EXERCISE GOAL: Reproduce exactly the lines below from the one containing "#57=PLANE('',#27);" through the one containing "#69=ADVANCED_BREP_SHAPE_REPRESENTATION('',(#68),#12);", including both, and nothing else.

*** Opening GIVEN INFORMATION ***

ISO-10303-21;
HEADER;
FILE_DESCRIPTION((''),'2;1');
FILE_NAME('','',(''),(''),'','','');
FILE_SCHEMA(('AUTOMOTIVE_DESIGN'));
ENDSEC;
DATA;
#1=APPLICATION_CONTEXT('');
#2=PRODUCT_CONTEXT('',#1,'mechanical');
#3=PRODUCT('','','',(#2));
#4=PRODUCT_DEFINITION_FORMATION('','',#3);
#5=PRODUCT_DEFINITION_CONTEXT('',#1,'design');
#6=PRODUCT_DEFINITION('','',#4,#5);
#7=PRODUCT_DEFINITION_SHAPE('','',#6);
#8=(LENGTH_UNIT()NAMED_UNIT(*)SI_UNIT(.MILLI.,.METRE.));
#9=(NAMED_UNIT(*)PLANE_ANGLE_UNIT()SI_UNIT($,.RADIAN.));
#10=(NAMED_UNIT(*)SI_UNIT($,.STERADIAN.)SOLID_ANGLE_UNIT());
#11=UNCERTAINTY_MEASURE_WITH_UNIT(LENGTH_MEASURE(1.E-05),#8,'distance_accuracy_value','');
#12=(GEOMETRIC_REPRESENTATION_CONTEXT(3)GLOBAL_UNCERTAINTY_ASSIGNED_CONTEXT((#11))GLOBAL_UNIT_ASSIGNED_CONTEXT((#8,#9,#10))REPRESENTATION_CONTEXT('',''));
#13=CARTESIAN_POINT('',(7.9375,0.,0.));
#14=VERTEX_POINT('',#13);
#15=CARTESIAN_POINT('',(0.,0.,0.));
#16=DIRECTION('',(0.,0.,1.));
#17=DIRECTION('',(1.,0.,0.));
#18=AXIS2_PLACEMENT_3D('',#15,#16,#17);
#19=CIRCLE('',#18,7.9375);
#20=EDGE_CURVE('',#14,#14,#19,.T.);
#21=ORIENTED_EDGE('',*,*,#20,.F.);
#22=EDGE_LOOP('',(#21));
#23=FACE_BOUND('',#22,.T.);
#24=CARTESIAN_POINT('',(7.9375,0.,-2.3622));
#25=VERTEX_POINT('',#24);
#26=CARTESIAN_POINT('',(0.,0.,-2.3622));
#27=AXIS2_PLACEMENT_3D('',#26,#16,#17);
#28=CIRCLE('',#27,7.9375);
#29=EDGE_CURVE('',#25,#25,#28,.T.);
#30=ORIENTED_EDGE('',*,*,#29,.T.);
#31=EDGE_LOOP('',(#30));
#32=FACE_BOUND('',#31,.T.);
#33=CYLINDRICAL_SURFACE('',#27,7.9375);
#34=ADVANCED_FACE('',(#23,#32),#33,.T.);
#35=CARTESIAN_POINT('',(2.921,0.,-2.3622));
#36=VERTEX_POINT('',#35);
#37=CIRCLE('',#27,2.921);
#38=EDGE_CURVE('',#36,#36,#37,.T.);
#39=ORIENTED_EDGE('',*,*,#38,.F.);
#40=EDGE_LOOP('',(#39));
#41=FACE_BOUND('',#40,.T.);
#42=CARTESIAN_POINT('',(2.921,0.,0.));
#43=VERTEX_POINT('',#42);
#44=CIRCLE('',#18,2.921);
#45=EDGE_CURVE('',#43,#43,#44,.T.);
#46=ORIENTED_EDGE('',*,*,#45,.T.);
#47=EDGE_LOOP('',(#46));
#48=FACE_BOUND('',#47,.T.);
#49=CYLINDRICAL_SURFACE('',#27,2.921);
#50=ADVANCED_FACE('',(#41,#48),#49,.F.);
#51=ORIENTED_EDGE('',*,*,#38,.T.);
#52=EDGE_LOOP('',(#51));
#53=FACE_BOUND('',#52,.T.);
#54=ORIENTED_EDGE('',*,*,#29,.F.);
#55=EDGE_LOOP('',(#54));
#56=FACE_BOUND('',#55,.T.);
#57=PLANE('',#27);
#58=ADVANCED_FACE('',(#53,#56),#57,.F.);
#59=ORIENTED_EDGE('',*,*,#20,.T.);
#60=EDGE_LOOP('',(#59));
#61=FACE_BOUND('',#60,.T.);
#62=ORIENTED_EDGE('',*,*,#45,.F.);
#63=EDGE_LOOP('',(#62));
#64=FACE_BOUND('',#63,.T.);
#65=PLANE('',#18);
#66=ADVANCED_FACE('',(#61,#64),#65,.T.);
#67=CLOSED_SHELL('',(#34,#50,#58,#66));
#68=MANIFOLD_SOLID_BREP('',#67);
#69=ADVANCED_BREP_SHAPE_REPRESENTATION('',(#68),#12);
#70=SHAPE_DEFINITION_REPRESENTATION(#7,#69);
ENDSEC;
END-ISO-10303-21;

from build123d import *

# Parameters (mm, degrees)
SKETCH1_R      = 7.9375
SKETCH1_R_2    = 2.921
EXTRUDE1_DEPTH = 2.3622


with BuildPart() as part:
    # Sketch1 → Extrude1 (new body)
    with BuildSketch(Plane.XY):
        Circle(SKETCH1_R)
        Circle(SKETCH1_R_2, mode=Mode.SUBTRACT)
    extrude(amount=-EXTRUDE1_DEPTH)


solid = part.part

*** Closing GIVEN INFORMATION ***

RESPONSE BOX:
#57=PLANE('',#27);
#58=ADVANCED_FACE('',(#53,#56),#57,.F.);
#59=ORIENTED_EDGE('',*,*,#20,.T.);
#60=EDGE_LOOP('',(#59));
#61=FACE_BOUND('',#60,.T.);
#62=ORIENTED_EDGE('',*,*,#45,.F.);
#63=EDGE_LOOP('',(#62));
#64=FACE_BOUND('',#63,.T.);
#65=PLANE('',#18);
#66=ADVANCED_FACE('',(#61,#64),#65,.T.);
#67=CLOSED_SHELL('',(#34,#50,#58,#66));
#68=MANIFOLD_SOLID_BREP('',#67);
#69=ADVANCED_BREP_SHAPE_REPRESENTATION('',(#68),#12);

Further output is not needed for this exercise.